Not only did he just talk bad about his ex’s and his family, but he also talked bad about his friends. He always told me that he had no true friends that they just used him for his money. That was back in the day, I’d assume because he really doesn’t have the money he tries to pretend he does. He told me that his best friend used to live with him for free and drink on his tabs at the bar. He made it clear that everyone only liked when he drank because they could take advantage of him. The only reason his best friend supposedly has the job he does was because of him and that if it wasn’t for him giving him deals he wouldn’t even have his job still. He convinced me that absolutely everyone that was part of his life past or present was a bad person. I’m a very trusting person and because he was my boyfriend I always tried believing him. It wasn’t always very easy, but he is definitely a good manipulator.

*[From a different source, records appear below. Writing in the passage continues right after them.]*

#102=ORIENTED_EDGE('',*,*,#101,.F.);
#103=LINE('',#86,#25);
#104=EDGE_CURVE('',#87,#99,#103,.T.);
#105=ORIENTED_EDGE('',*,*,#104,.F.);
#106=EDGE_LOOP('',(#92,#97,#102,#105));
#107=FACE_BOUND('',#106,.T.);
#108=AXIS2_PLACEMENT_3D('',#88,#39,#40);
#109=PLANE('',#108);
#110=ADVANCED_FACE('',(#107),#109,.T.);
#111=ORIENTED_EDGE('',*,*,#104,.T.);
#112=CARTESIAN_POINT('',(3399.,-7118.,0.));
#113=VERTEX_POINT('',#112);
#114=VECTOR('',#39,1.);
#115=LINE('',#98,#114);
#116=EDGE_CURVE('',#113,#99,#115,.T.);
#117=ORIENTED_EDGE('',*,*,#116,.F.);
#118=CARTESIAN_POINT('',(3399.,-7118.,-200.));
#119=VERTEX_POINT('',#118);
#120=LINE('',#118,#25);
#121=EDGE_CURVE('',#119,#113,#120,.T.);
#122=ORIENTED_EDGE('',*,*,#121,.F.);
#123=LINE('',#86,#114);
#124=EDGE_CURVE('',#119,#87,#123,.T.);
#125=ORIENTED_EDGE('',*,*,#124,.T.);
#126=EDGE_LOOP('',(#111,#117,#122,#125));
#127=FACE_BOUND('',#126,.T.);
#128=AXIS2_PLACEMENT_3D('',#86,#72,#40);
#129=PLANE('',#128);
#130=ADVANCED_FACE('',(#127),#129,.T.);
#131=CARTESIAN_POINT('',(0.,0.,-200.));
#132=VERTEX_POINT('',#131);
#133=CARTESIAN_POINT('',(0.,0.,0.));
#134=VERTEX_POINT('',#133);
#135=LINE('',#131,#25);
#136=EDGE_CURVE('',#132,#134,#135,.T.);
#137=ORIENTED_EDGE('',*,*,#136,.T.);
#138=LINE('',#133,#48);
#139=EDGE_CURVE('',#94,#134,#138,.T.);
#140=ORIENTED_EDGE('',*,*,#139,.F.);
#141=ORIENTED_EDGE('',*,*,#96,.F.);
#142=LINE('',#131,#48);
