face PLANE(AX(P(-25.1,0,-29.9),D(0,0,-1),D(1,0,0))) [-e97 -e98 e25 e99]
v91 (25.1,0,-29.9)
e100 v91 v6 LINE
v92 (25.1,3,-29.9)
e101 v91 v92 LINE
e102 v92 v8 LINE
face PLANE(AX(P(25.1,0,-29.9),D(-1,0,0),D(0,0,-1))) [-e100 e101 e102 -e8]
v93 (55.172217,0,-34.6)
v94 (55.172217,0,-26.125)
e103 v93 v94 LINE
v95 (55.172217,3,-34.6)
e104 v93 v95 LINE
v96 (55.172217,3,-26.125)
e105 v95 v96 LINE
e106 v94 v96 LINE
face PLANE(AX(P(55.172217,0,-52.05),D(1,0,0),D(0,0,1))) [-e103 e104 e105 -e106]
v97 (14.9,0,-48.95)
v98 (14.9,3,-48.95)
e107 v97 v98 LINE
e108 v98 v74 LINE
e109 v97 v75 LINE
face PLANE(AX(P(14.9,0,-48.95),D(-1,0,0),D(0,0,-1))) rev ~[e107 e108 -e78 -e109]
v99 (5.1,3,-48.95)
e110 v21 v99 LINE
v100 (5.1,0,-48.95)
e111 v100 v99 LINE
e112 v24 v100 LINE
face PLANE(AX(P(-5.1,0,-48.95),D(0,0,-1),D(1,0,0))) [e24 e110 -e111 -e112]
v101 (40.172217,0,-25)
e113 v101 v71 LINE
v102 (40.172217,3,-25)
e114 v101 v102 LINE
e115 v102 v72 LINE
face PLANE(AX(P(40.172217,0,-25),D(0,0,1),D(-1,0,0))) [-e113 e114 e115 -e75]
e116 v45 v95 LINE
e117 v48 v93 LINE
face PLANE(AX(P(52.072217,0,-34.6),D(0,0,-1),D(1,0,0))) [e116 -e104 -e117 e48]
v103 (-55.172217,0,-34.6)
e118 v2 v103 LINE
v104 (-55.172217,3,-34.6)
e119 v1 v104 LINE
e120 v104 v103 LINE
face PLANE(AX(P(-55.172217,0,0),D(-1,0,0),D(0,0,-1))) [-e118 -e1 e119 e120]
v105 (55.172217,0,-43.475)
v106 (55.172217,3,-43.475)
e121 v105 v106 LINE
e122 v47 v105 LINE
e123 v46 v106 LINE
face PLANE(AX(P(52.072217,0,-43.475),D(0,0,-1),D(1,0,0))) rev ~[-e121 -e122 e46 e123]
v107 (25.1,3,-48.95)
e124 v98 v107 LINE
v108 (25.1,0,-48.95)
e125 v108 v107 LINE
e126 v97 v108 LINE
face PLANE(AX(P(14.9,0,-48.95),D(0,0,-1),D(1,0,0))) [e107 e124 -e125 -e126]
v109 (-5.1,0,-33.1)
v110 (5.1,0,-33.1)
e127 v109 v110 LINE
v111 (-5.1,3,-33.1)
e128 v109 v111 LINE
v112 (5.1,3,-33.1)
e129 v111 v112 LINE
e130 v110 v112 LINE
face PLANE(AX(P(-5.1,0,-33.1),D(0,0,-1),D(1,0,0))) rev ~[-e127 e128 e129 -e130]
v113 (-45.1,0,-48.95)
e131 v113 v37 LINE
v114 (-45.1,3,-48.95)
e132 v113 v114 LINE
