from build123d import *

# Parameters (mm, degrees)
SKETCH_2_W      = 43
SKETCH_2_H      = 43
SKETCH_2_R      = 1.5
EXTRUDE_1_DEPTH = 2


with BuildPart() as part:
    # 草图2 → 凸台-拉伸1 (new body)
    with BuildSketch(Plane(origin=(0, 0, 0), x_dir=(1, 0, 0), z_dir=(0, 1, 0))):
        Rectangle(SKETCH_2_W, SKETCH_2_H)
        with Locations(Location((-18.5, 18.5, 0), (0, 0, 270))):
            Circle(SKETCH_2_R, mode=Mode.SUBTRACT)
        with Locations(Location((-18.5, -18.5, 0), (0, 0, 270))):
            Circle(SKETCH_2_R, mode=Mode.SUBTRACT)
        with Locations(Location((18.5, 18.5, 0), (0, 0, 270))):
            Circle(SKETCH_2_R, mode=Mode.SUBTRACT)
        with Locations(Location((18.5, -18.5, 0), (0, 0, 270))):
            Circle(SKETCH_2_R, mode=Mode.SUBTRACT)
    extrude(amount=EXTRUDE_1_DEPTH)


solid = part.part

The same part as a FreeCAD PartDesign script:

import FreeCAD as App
import Part
import Sketcher
from FreeCAD import Vector


def add_polygon(sketch, points):
    """Adds a closed chain of lines whose ends are joined by coincident constraints."""
    first, n = sketch.GeometryCount, len(points)
    for a, b in zip(points, points[1:] + points[:1]):
        sketch.addGeometry(Part.LineSegment(App.Vector(*a, 0), App.Vector(*b, 0)), False)
    for i in range(n):
        sketch.addConstraint(Sketcher.Constraint("Coincident", first + i, 2, first + (i + 1) % n, 1))

doc = App.newDocument("Part")
body = doc.addObject("PartDesign::Body", "Body")

sketch1 = body.newObject("Sketcher::SketchObject", "Sketch")
sketch1.AttachmentSupport = (doc.getObject("XZ_Plane"), [""])
sketch1.MapMode = "FlatFace"
add_polygon(sketch1, [(-21.5, -21.5), (-21.5, 21.5), (21.5, 21.5), (21.5, -21.5)])
sketch1.addGeometry(Part.Circle(Vector(-18.5, 18.5, 0), Vector(0, 0, 1), 1.5), False)
sketch1.addGeometry(Part.Circle(Vector(18.5, 18.5, 0), Vector(0, 0, 1), 1.5), False)
sketch1.addGeometry(Part.Circle(Vector(-18.5, -18.5, 0), Vector(0, 0, 1), 1.5), False)
sketch1.addGeometry(Part.Circle(Vector(18.5, -18.5, 0), Vector(0, 0, 1), 1.5), False)
sketch1.addConstraint([
    Sketcher.Constraint("Vertical", 0),
    Sketcher.Constraint("Horizontal", 1),
    Sketcher.Constraint("Vertical", 2),
    Sketcher.Constraint("Horizontal", 3),
    Sketcher.Constraint("Equal", 4, 5),
    Sketcher.Constraint("Equal", 5, 6),
    Sketcher.Constraint("Equal", 6, 7),
    Sketcher.Constraint("Symmetric", 5, 3, 6, 3, -1, 1),
    Sketcher.Constraint("Symmetric", 4, 3, 7, 3, -1, 1),
    Sketcher.Constraint("Symmetric", 0, 2, 2, 2, -1, 1),
    Sketcher.Constraint("Symmetric", 4, 3, 5, 3, -2),
    Sketcher.Constraint("Equal", 3, 0),
    Sketcher.Constraint("Diameter", 4, 3.0),
    Sketcher.Constraint("DistanceX", 1, 1, 1, 2, 43.0),
    Sketcher.Constraint("DistanceX", 4, 3, 5, 3, 37.0),
    Sketcher.Constraint("DistanceY", 6, 3, 4, 3, 37.0),
])
pad1 = body.newObject("PartDesign::Pad", "Pad")
pad1.Profile = sketch1
pad1.Length = 2
pad1.Reversed = True

doc.recompute()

He would always tell me that the company he used to work for fucked him over. They made him pay for a program that was used for advertising for their company. They told him they would help him pay for half, but then ended up making him pay for it all. One of my friends works at his old place of employment and said that was not the truth at all. He said that Dick actually ended up screwing the company over. He also asked me to co-sign on a truck for him in the winter of 2017. I told him that I couldn’t because if something happened and he couldn’t pay for his car I only had my income from Lefty’s to pay both car payments. He ended up getting mad and said that he did so much for that company and they just fuck him over. He also does advertising for his old employer and he would constantly brag to me how much money he was making off them, screwing them over. It’s a pretty shitty thing to do to someone who you consider a “friend.”
It was normal for him to talk badly about business owners, business partners, or everyone in general. He constantly told me how his business partner was just negative and that he wasn’t the right person for the job. He said that he had to pay him each month and he barely did anything. Anytime the business was having troubles it was just easier to blame his business partner than taking blame for his mistakes. In reality it was actually because he was jealous that he couldn’t do everything his business partner could do and he needed someone to blame for his own negativity. Any other person that he brought into his company he ended up getting rid of because they either were “too negative” or “didn’t fit the criteria.” Although, I thought it was a little weird that he always had to block those people on social media. I realized it was because he was afraid they were going to “out” him for his bullshit, exactly why he always had me blocked on social media. He got rid of them because they realized how fake he truly was.